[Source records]
+++
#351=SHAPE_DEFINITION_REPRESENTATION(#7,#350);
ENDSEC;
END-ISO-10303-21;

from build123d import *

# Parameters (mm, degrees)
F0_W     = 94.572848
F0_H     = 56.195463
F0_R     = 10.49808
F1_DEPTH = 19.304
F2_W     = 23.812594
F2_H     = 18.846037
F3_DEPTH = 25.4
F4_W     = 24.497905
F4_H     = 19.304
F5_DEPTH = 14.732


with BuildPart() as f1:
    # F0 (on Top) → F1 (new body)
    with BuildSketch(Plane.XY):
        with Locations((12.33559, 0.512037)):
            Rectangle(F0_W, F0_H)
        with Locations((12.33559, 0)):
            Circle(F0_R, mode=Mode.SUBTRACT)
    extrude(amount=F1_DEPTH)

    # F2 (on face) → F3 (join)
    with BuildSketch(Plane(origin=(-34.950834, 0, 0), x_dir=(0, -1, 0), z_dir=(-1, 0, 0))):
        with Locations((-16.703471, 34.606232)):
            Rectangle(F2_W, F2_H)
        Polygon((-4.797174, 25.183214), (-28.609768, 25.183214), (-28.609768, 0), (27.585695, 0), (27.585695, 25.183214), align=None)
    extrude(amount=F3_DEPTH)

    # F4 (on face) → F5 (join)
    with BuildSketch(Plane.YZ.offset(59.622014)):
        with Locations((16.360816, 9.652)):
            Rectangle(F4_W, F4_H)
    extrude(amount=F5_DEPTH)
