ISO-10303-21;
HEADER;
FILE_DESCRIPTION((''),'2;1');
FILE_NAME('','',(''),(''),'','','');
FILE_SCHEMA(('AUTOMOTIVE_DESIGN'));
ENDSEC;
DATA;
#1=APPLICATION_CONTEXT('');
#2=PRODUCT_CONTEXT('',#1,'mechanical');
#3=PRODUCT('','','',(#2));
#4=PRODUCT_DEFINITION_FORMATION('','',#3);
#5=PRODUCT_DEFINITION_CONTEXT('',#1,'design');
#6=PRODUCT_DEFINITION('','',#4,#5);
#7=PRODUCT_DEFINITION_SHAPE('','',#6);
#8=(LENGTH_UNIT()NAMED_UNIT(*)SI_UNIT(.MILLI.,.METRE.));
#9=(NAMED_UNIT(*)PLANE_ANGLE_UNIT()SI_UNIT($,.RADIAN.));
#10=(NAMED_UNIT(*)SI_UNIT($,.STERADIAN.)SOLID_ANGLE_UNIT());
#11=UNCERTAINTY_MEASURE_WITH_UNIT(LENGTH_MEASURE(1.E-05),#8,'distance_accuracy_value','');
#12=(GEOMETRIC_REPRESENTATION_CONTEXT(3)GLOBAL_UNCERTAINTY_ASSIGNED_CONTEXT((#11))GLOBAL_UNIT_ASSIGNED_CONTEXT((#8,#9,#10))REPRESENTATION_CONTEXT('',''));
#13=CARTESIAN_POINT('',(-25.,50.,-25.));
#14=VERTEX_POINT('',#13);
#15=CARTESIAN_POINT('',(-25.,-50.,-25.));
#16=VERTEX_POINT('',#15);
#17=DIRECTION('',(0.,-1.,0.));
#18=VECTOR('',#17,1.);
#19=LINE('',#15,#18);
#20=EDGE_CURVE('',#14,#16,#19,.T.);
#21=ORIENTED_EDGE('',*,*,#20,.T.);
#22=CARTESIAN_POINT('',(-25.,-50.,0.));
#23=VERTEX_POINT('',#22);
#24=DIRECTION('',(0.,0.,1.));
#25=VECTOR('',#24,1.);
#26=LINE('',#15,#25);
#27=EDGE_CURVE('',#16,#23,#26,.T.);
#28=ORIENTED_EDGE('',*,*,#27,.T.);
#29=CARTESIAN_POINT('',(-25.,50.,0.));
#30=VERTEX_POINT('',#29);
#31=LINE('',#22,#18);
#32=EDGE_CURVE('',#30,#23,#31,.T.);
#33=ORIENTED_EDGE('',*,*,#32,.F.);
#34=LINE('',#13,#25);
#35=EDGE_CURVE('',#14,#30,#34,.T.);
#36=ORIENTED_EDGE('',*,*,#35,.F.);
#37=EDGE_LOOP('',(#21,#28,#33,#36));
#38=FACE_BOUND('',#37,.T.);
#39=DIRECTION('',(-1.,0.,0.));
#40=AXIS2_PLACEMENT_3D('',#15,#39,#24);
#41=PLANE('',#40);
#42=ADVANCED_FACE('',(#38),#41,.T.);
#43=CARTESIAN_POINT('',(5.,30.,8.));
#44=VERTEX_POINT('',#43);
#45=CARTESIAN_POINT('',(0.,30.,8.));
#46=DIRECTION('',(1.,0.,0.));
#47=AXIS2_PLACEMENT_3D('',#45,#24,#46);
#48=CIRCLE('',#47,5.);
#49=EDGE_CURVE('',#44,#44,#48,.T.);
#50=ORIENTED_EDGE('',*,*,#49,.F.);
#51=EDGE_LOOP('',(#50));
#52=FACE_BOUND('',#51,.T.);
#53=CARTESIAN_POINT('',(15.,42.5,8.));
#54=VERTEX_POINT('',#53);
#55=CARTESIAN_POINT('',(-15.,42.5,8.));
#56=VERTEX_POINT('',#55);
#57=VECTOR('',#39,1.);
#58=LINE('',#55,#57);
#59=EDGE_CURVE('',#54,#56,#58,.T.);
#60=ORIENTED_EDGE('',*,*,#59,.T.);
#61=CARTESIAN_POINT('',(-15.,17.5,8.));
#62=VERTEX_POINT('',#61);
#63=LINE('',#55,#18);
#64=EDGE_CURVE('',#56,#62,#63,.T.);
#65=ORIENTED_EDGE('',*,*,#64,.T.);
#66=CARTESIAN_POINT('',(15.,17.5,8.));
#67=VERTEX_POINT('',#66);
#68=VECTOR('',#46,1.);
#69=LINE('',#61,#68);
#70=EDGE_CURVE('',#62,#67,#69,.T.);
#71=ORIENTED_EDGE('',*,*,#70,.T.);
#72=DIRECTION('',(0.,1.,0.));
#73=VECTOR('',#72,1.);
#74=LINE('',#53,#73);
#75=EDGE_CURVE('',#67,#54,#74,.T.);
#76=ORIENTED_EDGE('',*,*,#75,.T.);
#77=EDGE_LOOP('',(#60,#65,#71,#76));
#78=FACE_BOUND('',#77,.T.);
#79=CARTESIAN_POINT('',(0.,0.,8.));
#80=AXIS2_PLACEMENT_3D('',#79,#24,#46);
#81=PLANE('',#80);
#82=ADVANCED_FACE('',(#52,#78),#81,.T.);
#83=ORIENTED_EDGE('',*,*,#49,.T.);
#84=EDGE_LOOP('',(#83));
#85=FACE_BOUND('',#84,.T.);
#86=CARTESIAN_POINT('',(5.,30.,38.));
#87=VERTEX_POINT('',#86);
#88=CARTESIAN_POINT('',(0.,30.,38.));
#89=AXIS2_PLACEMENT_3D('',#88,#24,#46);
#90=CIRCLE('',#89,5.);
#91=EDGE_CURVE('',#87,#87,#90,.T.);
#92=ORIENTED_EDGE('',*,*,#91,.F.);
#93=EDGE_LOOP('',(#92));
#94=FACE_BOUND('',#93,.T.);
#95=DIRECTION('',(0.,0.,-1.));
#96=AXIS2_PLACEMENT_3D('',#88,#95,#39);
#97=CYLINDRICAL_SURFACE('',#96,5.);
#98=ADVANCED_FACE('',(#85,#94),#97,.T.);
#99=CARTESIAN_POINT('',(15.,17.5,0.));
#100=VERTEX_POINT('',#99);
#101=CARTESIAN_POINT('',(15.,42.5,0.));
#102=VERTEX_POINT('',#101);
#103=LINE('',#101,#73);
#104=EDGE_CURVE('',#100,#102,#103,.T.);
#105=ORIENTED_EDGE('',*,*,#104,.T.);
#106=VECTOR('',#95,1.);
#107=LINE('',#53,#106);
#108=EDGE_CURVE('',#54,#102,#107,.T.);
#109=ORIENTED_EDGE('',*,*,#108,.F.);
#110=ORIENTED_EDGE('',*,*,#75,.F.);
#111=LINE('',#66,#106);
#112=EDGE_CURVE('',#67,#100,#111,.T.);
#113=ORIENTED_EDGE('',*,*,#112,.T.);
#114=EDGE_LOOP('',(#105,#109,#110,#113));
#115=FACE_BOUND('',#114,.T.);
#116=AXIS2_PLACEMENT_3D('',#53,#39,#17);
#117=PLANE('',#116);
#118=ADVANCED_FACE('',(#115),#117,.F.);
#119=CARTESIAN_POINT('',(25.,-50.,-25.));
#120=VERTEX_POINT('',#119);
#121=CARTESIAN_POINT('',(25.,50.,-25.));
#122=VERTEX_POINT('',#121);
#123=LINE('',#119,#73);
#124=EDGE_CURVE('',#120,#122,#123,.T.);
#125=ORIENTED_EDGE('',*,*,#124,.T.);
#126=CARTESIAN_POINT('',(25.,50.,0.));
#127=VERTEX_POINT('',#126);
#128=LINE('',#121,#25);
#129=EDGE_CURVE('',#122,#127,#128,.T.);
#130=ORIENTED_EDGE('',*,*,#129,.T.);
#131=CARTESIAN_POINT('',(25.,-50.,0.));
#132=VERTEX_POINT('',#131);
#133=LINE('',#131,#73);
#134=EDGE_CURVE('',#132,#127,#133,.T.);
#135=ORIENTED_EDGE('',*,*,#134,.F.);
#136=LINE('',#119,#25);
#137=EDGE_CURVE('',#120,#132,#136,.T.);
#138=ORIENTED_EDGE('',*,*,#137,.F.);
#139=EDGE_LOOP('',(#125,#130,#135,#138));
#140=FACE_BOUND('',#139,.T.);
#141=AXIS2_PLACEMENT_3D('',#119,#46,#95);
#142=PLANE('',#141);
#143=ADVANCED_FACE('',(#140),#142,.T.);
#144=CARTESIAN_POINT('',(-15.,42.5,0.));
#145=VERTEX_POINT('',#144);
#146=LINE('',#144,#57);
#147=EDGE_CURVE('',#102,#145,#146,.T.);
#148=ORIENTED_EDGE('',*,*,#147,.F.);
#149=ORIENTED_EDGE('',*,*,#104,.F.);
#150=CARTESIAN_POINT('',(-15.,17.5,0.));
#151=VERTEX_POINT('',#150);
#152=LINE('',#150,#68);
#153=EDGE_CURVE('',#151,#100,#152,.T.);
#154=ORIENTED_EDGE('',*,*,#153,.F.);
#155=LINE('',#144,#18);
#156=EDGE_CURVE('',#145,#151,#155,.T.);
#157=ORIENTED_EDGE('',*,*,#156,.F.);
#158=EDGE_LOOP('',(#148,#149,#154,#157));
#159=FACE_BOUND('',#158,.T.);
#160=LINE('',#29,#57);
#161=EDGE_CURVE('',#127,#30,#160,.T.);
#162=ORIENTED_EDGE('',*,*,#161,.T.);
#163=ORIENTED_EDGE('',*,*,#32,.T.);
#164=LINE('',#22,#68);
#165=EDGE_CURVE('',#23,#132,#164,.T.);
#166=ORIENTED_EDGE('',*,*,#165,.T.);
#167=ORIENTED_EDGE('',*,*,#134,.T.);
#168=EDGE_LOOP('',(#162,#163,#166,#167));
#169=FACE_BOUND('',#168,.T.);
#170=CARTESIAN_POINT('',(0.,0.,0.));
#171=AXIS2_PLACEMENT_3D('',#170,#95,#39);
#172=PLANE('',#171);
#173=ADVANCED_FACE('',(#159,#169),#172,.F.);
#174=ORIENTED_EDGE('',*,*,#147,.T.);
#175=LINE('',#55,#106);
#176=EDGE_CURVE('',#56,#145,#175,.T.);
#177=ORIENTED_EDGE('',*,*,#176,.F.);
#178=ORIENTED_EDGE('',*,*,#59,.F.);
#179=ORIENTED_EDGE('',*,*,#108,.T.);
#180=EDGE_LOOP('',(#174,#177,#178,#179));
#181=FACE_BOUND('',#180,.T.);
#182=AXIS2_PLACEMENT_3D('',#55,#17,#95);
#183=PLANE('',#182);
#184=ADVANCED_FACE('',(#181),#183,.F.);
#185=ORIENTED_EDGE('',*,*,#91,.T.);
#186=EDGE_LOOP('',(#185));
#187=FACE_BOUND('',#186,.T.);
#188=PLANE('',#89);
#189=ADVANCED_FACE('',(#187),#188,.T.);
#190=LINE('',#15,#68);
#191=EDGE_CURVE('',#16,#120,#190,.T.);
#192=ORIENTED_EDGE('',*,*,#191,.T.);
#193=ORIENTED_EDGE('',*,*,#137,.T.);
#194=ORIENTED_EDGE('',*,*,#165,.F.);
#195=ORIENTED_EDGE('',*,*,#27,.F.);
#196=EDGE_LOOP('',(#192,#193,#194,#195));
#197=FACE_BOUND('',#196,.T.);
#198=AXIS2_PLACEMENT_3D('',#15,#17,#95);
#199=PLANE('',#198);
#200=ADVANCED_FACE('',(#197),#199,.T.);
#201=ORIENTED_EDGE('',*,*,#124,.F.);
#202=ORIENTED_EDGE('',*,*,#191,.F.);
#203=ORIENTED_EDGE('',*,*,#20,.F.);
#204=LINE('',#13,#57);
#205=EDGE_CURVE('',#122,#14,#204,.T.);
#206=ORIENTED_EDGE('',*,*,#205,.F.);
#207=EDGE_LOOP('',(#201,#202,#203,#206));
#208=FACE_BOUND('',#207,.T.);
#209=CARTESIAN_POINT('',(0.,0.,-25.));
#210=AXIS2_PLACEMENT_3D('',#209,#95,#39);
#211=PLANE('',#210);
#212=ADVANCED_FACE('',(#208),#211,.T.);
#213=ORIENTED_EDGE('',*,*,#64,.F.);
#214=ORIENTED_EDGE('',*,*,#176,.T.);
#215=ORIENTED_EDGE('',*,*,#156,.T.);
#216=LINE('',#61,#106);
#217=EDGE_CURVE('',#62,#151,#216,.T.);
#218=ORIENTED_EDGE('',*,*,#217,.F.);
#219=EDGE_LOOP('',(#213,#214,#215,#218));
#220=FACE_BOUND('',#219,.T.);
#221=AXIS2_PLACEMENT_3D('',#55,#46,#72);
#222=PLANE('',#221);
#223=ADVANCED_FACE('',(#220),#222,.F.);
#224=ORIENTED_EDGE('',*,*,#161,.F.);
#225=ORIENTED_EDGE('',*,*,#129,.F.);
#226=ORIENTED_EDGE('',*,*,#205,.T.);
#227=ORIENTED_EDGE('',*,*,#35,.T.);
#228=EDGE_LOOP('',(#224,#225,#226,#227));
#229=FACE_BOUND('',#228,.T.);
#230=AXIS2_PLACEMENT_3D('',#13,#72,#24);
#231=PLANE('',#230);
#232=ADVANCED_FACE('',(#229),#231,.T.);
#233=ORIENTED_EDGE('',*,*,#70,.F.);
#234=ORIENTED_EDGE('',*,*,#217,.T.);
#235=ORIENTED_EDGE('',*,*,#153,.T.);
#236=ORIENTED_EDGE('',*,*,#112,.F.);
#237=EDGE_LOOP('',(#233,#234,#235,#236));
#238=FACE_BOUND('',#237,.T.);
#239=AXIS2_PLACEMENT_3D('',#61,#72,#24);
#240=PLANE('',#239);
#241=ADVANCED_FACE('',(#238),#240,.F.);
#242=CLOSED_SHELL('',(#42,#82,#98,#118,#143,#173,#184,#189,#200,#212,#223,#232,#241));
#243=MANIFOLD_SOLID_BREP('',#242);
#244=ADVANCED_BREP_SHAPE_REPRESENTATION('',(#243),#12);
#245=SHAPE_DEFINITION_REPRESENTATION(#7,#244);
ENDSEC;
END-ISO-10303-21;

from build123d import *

# Parameters (mm, degrees)
SKETCH2_W           = 50
SKETCH2_H           = 100
BOSS_EXTRUDE1_DEPTH = 25
SKETCH5_W           = 30
SKETCH5_H           = 25
BOSS_EXTRUDE3_DEPTH = 8
SKETCH6_R           = 5
BOSS_EXTRUDE4_DEPTH = 30


with BuildPart() as part:
    # Sketch2 → Boss-Extrude1 (new body)
    with BuildSketch(Plane.XY):
        Rectangle(SKETCH2_W, SKETCH2_H)
    extrude(amount=-BOSS_EXTRUDE1_DEPTH)

    # Sketch5 → Boss-Extrude3 (add)
    with BuildSketch(Plane.XY):
        with Locations((0, 30)):
            Rectangle(SKETCH5_W, SKETCH5_H)
    extrude(amount=BOSS_EXTRUDE3_DEPTH)

    # Sketch6 → Boss-Extrude4 (add)
    with BuildSketch(Plane.XY.offset(8)):
        with Locations((0, 30)):
            Circle(SKETCH6_R)
    extrude(amount=BOSS_EXTRUDE4_DEPTH)


solid = part.part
+++
EXERCISE DETAILS:
Note every line of the entries in which "VECTOR" appears, and copy it down.

SOLUTION FOR THIS PROBLEM:
#18=VECTOR('',#17,1.);
#25=VECTOR('',#24,1.);
#57=VECTOR('',#39,1.);
#68=VECTOR('',#46,1.);
#73=VECTOR('',#72,1.);
#106=VECTOR('',#95,1.);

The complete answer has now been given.